# [TASK DETAILS]
The records should be restated exactly from their first line through the line with "v 43.91 20.91 8.01" in it.

# [RECORDS FOR THIS TASK]
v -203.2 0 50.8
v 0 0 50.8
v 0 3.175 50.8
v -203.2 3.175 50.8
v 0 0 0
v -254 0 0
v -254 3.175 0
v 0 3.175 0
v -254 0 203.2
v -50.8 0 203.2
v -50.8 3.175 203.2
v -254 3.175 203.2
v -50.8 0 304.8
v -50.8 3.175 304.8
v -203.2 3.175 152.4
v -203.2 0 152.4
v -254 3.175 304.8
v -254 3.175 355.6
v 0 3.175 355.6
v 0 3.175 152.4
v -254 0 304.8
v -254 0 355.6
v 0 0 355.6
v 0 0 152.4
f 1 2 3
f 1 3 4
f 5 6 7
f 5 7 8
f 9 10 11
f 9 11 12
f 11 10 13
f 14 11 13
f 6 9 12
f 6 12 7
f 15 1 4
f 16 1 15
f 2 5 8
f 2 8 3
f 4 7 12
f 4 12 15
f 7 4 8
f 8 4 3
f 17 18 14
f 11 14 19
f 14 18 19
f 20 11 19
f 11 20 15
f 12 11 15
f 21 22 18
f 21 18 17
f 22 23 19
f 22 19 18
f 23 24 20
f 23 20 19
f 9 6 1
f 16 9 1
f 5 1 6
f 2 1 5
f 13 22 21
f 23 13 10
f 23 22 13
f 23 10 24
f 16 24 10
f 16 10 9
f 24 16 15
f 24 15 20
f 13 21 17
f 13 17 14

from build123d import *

# Parameters (mm, degrees)
F0_W     = 50.8
F0_H     = 101.6
F1_DEPTH = 3.175


with BuildPart() as f1:
    # F0 (on Front) → F1 (new body)
    with BuildSketch(Plane.XZ):
        Polygon((-254, 0), (0, 0), (0, 50.8), (-203.2, 50.8), (-254, 50.8), align=None)
        with Locations((-228.6, 101.6)):
            Rectangle(F0_W, F0_H)
        Polygon((-254, 203.2), (-254, 152.4), (-203.2, 152.4), (0, 152.4), (0, 203.2), (-50.8, 203.2), align=None)
        with Locations((-25.4, 254)):
            Rectangle(F0_W, F0_H)
        Polygon((-254, 304.8), (-50.8, 304.8), (0, 304.8), (0, 355.6), (-254, 355.6), align=None)
    extrude(amount=-F1_DEPTH)


solid = f1.part
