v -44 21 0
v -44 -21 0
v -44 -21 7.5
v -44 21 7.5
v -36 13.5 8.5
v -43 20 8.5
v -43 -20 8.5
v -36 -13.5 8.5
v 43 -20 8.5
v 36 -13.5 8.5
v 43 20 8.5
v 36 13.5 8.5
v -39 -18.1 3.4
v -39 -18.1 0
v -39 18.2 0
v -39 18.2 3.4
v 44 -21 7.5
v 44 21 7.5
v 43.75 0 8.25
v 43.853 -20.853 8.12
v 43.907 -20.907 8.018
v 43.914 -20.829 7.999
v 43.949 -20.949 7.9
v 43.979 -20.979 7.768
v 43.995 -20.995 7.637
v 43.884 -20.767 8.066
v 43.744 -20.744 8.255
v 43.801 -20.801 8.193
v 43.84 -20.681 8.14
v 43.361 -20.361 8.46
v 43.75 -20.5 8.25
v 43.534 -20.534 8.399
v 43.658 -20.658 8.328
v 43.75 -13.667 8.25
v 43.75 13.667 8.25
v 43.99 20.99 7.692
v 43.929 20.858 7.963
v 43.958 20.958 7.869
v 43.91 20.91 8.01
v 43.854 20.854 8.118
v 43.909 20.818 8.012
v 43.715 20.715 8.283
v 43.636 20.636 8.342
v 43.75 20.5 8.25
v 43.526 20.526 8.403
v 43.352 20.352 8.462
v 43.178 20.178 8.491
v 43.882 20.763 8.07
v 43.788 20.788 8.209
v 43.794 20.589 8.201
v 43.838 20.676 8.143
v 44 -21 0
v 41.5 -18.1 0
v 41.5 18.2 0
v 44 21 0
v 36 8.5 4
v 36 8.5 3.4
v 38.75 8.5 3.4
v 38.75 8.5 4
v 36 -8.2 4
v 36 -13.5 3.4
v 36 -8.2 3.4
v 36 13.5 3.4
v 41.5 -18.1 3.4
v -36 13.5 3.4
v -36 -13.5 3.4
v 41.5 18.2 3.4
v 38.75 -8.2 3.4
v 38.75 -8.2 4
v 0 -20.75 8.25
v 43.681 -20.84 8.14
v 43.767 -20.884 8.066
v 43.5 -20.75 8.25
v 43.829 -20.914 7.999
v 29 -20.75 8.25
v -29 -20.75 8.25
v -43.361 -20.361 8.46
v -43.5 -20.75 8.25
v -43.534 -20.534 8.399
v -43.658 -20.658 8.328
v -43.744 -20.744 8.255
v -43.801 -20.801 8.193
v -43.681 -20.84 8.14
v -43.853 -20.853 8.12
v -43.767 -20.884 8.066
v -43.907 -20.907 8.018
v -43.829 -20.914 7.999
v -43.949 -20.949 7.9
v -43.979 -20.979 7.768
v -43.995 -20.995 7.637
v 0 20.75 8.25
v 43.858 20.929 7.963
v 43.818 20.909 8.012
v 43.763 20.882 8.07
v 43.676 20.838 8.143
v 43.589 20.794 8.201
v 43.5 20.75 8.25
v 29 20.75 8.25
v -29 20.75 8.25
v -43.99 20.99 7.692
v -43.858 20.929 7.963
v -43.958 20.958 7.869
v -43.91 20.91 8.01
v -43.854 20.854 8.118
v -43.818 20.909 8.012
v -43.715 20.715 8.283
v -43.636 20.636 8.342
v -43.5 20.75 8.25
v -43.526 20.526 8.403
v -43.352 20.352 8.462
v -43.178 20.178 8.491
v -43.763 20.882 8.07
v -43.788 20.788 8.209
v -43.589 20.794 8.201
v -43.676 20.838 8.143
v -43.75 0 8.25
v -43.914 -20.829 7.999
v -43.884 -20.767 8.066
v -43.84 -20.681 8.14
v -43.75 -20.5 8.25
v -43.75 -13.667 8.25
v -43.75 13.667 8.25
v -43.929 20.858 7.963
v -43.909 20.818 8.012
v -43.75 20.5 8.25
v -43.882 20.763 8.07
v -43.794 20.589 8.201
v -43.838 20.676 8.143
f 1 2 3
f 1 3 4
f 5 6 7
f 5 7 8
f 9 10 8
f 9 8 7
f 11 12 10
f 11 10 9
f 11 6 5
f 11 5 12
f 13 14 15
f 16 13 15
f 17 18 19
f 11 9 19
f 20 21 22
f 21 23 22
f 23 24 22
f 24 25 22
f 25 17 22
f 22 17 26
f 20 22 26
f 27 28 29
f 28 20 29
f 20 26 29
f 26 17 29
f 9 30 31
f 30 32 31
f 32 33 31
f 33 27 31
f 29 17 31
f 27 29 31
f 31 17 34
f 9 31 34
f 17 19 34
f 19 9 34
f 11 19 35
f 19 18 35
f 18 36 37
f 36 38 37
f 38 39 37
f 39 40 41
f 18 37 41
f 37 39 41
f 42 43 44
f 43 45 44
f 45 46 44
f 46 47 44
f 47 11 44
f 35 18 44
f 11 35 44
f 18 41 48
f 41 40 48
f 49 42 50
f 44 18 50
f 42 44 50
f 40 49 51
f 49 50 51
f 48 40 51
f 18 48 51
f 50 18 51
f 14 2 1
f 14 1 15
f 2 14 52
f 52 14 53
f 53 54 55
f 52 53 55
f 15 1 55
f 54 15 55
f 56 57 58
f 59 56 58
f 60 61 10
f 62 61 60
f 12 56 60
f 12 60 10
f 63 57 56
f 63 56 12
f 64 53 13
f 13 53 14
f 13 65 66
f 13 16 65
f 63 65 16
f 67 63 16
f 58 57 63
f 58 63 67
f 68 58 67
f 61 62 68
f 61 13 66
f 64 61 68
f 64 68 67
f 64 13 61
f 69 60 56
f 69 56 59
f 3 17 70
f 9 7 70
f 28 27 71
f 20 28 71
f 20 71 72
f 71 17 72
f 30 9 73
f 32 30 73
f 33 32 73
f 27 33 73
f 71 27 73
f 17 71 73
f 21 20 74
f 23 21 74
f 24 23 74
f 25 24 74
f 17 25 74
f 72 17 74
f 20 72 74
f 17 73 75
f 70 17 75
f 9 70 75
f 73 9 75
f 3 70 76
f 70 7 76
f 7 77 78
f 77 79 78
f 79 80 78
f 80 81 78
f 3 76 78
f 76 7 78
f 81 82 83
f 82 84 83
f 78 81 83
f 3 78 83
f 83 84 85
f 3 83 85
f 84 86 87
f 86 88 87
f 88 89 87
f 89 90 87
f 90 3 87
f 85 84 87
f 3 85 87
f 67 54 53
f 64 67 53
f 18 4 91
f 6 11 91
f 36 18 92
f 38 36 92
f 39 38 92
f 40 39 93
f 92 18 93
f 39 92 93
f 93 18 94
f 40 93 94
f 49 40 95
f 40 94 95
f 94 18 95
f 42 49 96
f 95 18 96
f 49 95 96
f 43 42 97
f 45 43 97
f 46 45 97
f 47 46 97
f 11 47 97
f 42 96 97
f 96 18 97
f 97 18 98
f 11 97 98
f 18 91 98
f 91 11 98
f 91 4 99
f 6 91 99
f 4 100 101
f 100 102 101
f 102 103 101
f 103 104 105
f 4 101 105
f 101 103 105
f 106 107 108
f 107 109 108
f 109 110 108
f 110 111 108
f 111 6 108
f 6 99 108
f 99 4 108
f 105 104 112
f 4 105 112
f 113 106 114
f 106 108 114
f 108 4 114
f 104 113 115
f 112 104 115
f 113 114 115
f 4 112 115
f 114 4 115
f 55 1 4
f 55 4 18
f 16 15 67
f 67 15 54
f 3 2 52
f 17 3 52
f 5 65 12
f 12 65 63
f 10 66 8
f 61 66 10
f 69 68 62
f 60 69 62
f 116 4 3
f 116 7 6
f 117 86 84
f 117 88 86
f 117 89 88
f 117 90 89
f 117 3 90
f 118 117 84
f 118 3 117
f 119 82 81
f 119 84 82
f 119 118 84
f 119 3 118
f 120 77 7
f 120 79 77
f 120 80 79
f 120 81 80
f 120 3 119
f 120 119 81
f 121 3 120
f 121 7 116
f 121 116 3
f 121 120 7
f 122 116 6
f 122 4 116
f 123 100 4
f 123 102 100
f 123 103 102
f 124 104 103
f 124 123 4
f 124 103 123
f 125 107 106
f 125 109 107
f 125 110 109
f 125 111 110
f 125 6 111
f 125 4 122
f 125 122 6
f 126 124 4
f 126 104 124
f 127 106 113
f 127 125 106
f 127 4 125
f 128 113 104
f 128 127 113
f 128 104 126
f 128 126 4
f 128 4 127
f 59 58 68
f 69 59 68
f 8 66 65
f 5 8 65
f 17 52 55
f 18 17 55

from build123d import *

# Parameters (mm, degrees)
F0_W        = 88
F0_H        = 42
F0_W_2      = 72
F0_H_2      = 27
F1_DEPTH    = 8.5
F3_DEPTH    = 4
F2_W        = 2.75
F2_H        = 5.9
F4_DEPTH    = 3.4
F5_T1_DEPTH = 93
F5_T3_DEPTH = 47


# Not quite as in the source:
# - a fillet or chamfer that OpenCascade refuses, or shapes differently, is made with other operations: its cross-section is extruded or revolved along the edge and cut away or added


with BuildPart() as f1:
    # F0 (on Top) → F1 (new body)
    with BuildSketch(Plane.XY):
        Rectangle(F0_W, F0_H)
        Rectangle(F0_W_2, F0_H_2, mode=Mode.SUBTRACT)
    extrude(amount=F1_DEPTH)

    # F2 (on face) → F3 (cut)
    with BuildSketch(Plane(origin=(0, 0, 0), x_dir=(1, 0, 0), z_dir=(0, 0, -1))):
        Polygon((38.75, 8.2), (36, 8.2), (36, -8.5), (38.75, -8.5), (38.75, -2.8), (38.75, 3.1), align=None)
    extrude(amount=-F3_DEPTH, mode=Mode.SUBTRACT)

    # F2 (on face) → F4 (cut)
    with BuildSketch(Plane(origin=(0, 0, 0), x_dir=(1, 0, 0), z_dir=(0, 0, -1))):
        Polygon((36, -8.5), (36, 8.2), (38.75, 8.2), (38.75, 3.1), (41.5, 3.1), (41.5, 18.1), (-39, 18.1), (-39, -18.2), (41.5, -18.2), (41.5, -2.8), (38.75, -2.8), (38.75, -8.5), align=None)
        with Locations((40.125, 0.15)):
            Rectangle(F2_W, F2_H)
    extrude(amount=-F4_DEPTH, mode=Mode.SUBTRACT)

    # F5: fillet of radius 1 on 4 edges, made by hand

    # F5_s2 → F5_t1 (cut)
    with BuildSketch(Plane.YZ.offset(-46.5)):
        with BuildLine():
            add(Edge.make_bspline(
                [(-20, 8.5), (-21, 8.5), (-21, 7.5)],
                knots=[0, 0, 0, 1, 1, 1], degree=2, weights=[1, 1, 1]))
            Line((-21, 7.5), (-21, 8.5))
            Line((-21, 8.5), (-20, 8.5))
        make_face()
        with BuildLine():
            add(Edge.make_bspline(
                [(21, 7.5), (21, 8.5), (20, 8.5)],
                knots=[0, 0, 0, 1, 1, 1], degree=2, weights=[1, 1, 1]))
            Line((20, 8.5), (21, 8.5))
            Line((21, 8.5), (21, 7.5))
        make_face()
    extrude(amount=F5_T1_DEPTH, mode=Mode.SUBTRACT)

    # F5_s4 → F5_t3 (cut)
    with BuildSketch(Plane.XZ.offset(-23.5)):
        with BuildLine():
            add(Edge.make_bspline(
                [(44, 7.5), (44, 8.5), (43, 8.5)],
                knots=[0, 0, 0, 1, 1, 1], degree=2, weights=[1, 1, 1]))
            Line((43, 8.5), (44, 8.5))
            Line((44, 8.5), (44, 7.5))
        make_face()
        with BuildLine():
            add(Edge.make_bspline(
                [(-44, 7.5), (-44, 8.5), (-43, 8.5)],
                knots=[0, 0, 0, 1, 1, 1], degree=2, weights=[1, 1, 1]))
            Line((-43, 8.5), (-44, 8.5))
            Line((-44, 8.5), (-44, 7.5))
        make_face()
    extrude(amount=F5_T3_DEPTH, mode=Mode.SUBTRACT)


solid = f1.part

# [RESPONSE TO THE EXERCISE]
v -203.2 0 50.8
v 0 0 50.8
v 0 3.175 50.8
v -203.2 3.175 50.8
v 0 0 0
v -254 0 0
v -254 3.175 0
v 0 3.175 0
v -254 0 203.2
v -50.8 0 203.2
v -50.8 3.175 203.2
v -254 3.175 203.2
v -50.8 0 304.8
v -50.8 3.175 304.8
v -203.2 3.175 152.4
v -203.2 0 152.4
v -254 3.175 304.8
v -254 3.175 355.6
v 0 3.175 355.6
v 0 3.175 152.4
v -254 0 304.8
v -254 0 355.6
v 0 0 355.6
v 0 0 152.4
f 1 2 3
f 1 3 4
f 5 6 7
f 5 7 8
f 9 10 11
f 9 11 12
f 11 10 13
f 14 11 13
f 6 9 12
f 6 12 7
f 15 1 4
f 16 1 15
f 2 5 8
f 2 8 3
f 4 7 12
f 4 12 15
f 7 4 8
f 8 4 3
f 17 18 14
f 11 14 19
f 14 18 19
f 20 11 19
f 11 20 15
f 12 11 15
f 21 22 18
f 21 18 17
f 22 23 19
f 22 19 18
f 23 24 20
f 23 20 19
f 9 6 1
f 16 9 1
f 5 1 6
f 2 1 5
f 13 22 21
f 23 13 10
f 23 22 13
f 23 10 24
f 16 24 10
f 16 10 9
f 24 16 15
f 24 15 20
f 13 21 17
f 13 17 14

from build123d import *

# Parameters (mm, degrees)
F0_W     = 50.8
F0_H     = 101.6
F1_DEPTH = 3.175


with BuildPart() as f1:
    # F0 (on Front) → F1 (new body)
    with BuildSketch(Plane.XZ):
        Polygon((-254, 0), (0, 0), (0, 50.8), (-203.2, 50.8), (-254, 50.8), align=None)
        with Locations((-228.6, 101.6)):
            Rectangle(F0_W, F0_H)
        Polygon((-254, 203.2), (-254, 152.4), (-203.2, 152.4), (0, 152.4), (0, 203.2), (-50.8, 203.2), align=None)
        with Locations((-25.4, 254)):
            Rectangle(F0_W, F0_H)
        Polygon((-254, 304.8), (-50.8, 304.8), (0, 304.8), (0, 355.6), (-254, 355.6), align=None)
    extrude(amount=-F1_DEPTH)


solid = f1.part
v -44 21 0
v -44 -21 0
v -44 -21 7.5
v -44 21 7.5
v -36 13.5 8.5
v -43 20 8.5
v -43 -20 8.5
v -36 -13.5 8.5
v 43 -20 8.5
v 36 -13.5 8.5
v 43 20 8.5
v 36 13.5 8.5
v -39 -18.1 3.4
v -39 -18.1 0
v -39 18.2 0
v -39 18.2 3.4
v 44 -21 7.5
v 44 21 7.5
v 43.75 0 8.25
v 43.853 -20.853 8.12
v 43.907 -20.907 8.018
v 43.914 -20.829 7.999
v 43.949 -20.949 7.9
v 43.979 -20.979 7.768
v 43.995 -20.995 7.637
v 43.884 -20.767 8.066
v 43.744 -20.744 8.255
v 43.801 -20.801 8.193
v 43.84 -20.681 8.14
v 43.361 -20.361 8.46
v 43.75 -20.5 8.25
v 43.534 -20.534 8.399
v 43.658 -20.658 8.328
v 43.75 -13.667 8.25
v 43.75 13.667 8.25
v 43.99 20.99 7.692
v 43.929 20.858 7.963
v 43.958 20.958 7.869
v 43.91 20.91 8.01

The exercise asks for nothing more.